Movement against Intimidation, Threat and Revenge against Activists (MITRA)
- Formation: 2004
- Type: Non-governmental organisation
- Headquarters: Mumbai
- Region served: India
- President: B.G. Deshmukh
- Website: www.mitraindia.net

= Movement against Intimidation, Threat and Revenge against Activists =

Movement against Intimidation, Threat and Revenge against Activists (MITRA) is a network of NGOs and activists based in Mumbai to protect people taking up public interest causes through Right to Information, grass root activism, or public-interest litigation (India) against intimidation from threat and attack from vested interests they may oppose in the course of their work. MITRA was founded in 2004 after an attack on activist Sumaira Abdulali by the politically led sand mafia at Kihim Beach, Alibag. MITRA was chaired by late Mr. B.G Deshmukh IAS, Retired Cabinet Secretary of India.
== Attacks on activists ==

After activist and Convenor of Awaaz Foundation Sumaira Abdulali was attacked by the son and employees of a local Alibag politician during a sand mining site visit, a public meeting was held in Mumbai and MITRA was formed under the Chairmanship of Mr. B.G. Deshmukh, IAS and retired Cabinet Secretary of India. A number of prominent NGOs and activists networked for the first time to provide a common platform to fight against vested interests and show solidarity in the face of violence. Activists under threat or those who were attacked were identified and joint NGO representations made at various levels including to the Government of Maharashtra the Police and the Bombay High Court. Recently, Attacks on RTI activists in India are escalating along with attacks on other public spirited citizens taking up grass root activism or public interest litigation.

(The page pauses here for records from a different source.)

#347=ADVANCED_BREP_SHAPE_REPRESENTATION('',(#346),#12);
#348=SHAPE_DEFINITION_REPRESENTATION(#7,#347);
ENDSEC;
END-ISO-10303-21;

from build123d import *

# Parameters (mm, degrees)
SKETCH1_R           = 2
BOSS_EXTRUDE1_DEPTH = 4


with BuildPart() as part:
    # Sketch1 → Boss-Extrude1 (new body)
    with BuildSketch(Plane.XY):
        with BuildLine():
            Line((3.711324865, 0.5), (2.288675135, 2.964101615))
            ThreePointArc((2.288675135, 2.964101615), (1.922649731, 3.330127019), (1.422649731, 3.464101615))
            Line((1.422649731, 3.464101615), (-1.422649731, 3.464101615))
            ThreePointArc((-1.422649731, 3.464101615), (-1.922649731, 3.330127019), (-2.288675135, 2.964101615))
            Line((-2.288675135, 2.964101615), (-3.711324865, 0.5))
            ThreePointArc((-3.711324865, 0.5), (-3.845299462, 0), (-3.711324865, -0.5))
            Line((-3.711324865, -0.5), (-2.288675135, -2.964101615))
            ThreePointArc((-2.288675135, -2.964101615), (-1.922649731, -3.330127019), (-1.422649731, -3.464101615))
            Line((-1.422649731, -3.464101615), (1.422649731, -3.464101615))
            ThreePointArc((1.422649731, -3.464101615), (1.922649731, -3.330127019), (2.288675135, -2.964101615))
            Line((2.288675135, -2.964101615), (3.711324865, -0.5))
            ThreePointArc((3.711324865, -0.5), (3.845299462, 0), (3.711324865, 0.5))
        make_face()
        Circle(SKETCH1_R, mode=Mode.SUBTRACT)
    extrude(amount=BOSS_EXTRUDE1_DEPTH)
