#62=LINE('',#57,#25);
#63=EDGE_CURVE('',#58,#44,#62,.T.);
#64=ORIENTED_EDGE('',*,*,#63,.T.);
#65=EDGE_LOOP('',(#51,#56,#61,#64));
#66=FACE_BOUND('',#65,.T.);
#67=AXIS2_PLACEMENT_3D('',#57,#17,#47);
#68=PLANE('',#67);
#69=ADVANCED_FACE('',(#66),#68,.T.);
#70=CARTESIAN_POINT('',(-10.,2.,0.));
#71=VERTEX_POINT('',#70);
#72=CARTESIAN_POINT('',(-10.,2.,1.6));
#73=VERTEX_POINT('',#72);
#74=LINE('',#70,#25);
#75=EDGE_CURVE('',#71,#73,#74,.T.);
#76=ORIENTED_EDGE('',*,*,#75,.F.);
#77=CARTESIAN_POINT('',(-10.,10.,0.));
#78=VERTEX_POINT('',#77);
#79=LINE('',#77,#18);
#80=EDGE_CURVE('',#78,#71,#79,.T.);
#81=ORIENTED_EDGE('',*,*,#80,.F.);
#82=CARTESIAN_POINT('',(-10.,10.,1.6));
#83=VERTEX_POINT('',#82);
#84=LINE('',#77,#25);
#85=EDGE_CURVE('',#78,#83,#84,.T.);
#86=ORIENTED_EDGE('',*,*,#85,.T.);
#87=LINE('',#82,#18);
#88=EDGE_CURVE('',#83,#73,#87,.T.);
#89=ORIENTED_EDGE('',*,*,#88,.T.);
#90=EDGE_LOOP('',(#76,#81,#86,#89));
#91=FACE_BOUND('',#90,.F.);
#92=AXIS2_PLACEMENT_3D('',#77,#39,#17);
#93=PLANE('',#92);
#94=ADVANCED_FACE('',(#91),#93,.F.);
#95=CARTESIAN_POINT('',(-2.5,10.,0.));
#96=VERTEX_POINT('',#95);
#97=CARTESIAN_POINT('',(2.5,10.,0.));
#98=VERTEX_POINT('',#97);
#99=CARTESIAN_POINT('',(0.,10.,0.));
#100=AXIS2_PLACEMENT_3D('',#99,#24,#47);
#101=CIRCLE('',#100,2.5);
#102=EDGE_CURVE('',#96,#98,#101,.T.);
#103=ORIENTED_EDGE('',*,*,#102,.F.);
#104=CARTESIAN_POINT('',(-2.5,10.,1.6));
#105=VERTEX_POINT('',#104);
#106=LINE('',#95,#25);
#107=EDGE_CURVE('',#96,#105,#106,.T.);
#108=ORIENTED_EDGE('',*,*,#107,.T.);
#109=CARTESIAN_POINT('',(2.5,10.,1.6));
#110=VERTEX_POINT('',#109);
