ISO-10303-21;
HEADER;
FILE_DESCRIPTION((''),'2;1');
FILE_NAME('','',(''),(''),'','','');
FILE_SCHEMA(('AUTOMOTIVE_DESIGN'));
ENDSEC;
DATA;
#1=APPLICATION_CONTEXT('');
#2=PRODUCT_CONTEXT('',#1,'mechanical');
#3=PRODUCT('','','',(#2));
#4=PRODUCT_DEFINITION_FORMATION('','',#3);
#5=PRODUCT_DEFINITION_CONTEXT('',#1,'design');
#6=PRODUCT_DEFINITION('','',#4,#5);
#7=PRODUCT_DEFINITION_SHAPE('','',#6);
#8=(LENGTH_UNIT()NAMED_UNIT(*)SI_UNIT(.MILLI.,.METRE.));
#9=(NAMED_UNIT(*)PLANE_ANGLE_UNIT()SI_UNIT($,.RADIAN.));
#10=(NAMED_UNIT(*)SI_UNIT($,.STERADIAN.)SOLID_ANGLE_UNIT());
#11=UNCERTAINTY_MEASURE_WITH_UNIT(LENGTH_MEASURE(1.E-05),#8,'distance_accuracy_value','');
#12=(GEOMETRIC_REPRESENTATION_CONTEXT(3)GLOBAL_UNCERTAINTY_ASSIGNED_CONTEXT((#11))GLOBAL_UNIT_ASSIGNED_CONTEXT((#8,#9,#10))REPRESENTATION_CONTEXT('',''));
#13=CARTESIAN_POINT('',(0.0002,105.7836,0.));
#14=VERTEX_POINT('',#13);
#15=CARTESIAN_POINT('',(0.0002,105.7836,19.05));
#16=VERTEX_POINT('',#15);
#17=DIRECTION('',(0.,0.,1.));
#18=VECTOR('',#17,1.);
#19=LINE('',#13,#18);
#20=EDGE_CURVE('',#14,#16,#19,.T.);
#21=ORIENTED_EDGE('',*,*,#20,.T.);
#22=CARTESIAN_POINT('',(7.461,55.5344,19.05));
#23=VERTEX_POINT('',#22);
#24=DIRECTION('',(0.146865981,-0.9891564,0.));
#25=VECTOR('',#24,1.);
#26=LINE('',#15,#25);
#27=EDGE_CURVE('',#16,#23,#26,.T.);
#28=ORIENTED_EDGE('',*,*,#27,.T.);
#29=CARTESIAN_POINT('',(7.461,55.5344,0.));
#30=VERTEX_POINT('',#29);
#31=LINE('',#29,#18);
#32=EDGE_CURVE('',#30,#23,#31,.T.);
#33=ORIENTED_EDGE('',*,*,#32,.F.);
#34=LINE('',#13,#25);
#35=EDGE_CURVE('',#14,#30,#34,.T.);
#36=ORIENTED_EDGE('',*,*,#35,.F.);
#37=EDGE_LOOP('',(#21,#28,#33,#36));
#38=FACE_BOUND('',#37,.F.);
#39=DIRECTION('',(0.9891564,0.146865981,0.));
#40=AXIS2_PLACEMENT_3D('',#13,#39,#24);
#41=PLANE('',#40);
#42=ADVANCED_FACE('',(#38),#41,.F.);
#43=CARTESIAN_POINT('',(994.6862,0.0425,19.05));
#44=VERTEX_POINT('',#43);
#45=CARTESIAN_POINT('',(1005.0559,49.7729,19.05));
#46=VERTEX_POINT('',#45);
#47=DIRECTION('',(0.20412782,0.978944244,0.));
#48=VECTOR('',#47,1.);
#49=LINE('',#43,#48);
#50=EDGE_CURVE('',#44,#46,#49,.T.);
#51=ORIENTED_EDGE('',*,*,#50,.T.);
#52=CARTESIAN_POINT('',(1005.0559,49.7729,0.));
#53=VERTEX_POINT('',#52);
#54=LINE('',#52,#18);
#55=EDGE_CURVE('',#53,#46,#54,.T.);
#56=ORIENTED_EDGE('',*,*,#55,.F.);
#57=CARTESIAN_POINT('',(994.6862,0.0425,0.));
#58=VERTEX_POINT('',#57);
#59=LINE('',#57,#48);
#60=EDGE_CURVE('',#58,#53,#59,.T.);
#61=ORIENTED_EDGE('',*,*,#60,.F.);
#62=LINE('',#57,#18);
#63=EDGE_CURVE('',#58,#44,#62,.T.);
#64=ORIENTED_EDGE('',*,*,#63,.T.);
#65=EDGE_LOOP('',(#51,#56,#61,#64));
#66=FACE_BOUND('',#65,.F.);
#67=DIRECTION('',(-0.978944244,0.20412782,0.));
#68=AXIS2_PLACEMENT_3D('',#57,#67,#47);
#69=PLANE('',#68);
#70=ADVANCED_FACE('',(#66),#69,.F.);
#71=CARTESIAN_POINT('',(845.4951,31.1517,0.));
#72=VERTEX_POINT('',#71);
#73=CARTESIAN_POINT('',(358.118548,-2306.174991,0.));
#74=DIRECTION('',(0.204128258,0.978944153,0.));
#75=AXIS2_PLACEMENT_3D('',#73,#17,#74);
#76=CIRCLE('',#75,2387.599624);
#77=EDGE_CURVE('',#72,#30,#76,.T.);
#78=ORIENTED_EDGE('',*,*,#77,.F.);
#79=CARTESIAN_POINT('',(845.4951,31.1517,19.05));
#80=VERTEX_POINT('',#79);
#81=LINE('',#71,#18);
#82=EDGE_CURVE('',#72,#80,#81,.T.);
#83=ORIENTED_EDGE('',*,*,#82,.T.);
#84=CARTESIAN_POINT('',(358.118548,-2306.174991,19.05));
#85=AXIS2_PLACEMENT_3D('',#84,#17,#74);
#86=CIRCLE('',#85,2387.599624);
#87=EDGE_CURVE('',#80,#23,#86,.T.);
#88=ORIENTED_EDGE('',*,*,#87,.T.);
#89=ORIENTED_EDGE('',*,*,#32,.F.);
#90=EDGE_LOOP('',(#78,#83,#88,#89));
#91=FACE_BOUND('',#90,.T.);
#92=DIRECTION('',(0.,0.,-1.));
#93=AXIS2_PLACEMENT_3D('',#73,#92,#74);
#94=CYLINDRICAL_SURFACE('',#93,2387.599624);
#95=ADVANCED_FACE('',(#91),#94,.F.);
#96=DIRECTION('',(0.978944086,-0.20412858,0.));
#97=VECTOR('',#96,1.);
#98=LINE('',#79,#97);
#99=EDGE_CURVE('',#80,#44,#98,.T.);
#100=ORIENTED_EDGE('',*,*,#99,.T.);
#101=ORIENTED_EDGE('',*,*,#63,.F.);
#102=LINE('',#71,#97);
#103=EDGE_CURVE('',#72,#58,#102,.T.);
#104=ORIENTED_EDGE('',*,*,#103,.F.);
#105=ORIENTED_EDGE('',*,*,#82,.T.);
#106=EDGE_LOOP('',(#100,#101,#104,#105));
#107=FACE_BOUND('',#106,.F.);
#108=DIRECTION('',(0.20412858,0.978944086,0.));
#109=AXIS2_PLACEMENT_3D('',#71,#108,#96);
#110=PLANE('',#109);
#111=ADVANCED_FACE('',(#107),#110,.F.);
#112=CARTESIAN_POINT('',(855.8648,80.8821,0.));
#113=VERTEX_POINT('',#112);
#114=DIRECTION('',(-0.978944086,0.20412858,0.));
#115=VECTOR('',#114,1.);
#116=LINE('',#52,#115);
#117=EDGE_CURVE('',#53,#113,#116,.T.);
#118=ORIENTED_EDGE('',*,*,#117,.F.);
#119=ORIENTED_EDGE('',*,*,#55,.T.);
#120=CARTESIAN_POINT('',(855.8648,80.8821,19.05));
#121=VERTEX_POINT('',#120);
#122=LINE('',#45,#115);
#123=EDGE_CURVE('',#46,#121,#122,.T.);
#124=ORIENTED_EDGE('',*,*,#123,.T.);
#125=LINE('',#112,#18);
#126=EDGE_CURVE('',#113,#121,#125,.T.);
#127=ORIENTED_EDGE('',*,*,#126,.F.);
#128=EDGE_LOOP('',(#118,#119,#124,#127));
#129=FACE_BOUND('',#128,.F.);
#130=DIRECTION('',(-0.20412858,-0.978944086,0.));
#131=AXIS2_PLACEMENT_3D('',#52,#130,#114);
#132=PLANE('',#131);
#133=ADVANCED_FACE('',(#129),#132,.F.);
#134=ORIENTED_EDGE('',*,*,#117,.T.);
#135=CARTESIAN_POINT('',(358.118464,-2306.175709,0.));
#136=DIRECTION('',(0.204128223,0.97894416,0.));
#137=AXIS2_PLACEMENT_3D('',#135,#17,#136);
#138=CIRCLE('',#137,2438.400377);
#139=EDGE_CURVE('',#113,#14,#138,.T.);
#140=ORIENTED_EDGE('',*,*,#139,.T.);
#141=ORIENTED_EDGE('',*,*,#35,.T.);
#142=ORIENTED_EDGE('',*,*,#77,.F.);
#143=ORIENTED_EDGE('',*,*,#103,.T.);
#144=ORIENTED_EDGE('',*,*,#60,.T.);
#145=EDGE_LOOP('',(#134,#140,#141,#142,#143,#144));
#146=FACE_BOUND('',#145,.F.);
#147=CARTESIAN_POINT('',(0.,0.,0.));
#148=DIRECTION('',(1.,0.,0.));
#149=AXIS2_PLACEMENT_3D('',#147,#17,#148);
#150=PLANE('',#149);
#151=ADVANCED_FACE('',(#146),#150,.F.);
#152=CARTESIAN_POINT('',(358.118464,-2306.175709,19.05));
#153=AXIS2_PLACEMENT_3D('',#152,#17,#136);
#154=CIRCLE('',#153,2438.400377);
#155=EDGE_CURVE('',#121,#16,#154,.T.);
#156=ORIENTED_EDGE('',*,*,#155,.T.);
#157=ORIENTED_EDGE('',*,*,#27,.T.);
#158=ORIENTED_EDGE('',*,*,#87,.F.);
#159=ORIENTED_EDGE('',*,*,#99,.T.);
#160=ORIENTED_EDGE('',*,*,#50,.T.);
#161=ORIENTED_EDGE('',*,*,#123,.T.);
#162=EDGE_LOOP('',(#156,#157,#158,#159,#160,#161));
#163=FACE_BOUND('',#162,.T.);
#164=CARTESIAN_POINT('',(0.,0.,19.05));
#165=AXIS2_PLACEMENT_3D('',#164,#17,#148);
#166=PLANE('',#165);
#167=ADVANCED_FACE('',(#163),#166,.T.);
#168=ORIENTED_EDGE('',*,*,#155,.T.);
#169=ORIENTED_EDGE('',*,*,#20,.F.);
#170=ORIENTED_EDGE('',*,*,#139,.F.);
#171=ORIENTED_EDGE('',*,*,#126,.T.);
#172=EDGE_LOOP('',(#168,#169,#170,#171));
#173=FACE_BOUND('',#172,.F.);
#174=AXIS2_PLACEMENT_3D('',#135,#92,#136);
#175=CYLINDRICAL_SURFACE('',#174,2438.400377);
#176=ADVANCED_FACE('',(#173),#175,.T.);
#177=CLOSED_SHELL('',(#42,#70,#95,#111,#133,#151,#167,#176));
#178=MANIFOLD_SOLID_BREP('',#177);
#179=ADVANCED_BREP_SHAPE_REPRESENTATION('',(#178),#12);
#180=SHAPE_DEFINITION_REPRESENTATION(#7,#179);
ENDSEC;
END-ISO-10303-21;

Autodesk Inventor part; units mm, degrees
ref_plane "YZ Plane" through (0, 0, 0) normal (1, 0, 0) x (0, 1, 0)
ref_plane "XZ Plane" through (0, 0, 0) normal (0, 1, 0) x (-1, 0, 0)
ref_plane "XY Plane" through (0, 0, 0) normal (0, 0, 1) x (1, 0, 0)
sketch "Sketch1" plane through (0, 0, 0) normal (0, 0, 1) x (1, 0, 0)
  line L0 (0.0002, 105.7836) -> (7.461, 55.5344)
  arc A0 (845.4951, 31.1517) -> (7.461, 55.5344) centre (358.1185, -2306.1754) ccw
  line L1 (845.4951, 31.1517) -> (994.6862, 0.0425)
  line L2 (994.6862, 0.0425) -> (1005.0559, 49.7729)
  line L3 (1005.0559, 49.7729) -> (855.8648, 80.8821)
  arc A1 (855.8648, 80.8821) -> (0.0002, 105.7836) centre (358.1185, -2306.1754) ccw
extrude "Extrusion1" add sketch "Sketch1" along normal blind 19.05
properties part number "nd-i"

== Representations to authorities ==

MITRA made a number of representations to the Commissioner of Police, the Home Minister of Maharashtra, Chief Minister of Maharashtra, the Home Minister of India, Prime Minister of India and Chairperson of the UPA Smt Sonia Gandhi. Attacks and murders of known activists, journalists and government and police officers acting in the public interest were brought to their attention and included a second attack on Sumaira Abdulali and journalist Viju B at Mahad, an attack on Citispace Convenor Nayana Kathpalia in Mumbai, an attack on AGNI Co ordinator Jamesh John in Mumbai, an attack on Citispace Trustee H S D’Lima in Mumbai, the murder of activist Shehla Masood in Bhopal, the murder of Right to Information activist Satish Shetty in Pune, the murder of journalist J Dey in Mumbai, the murder of anti-superstition activist Narendra Dabholkar in Pune.
== Suo Motu public interest litigation ==

In 2010, following an attack on Citispace Convenor Nayana Kathpalia who had filed public interest litigation in the Bombay High Court and the murder of RTI Activist Satish Shetty in Pune for exposing an active land mafia, the Bombay High Court took up suo motu public interest litigation to protect citizens working in the public interest. MITRA intervened in the petition and obtained an order for the legal status of ongoing cases of attack or murder of activists pending with the police to be placed before the Court. In most cases, no arrests had been made. The Court also ordered the police to compile a list of activists or citizens under threat and to take action to protect them.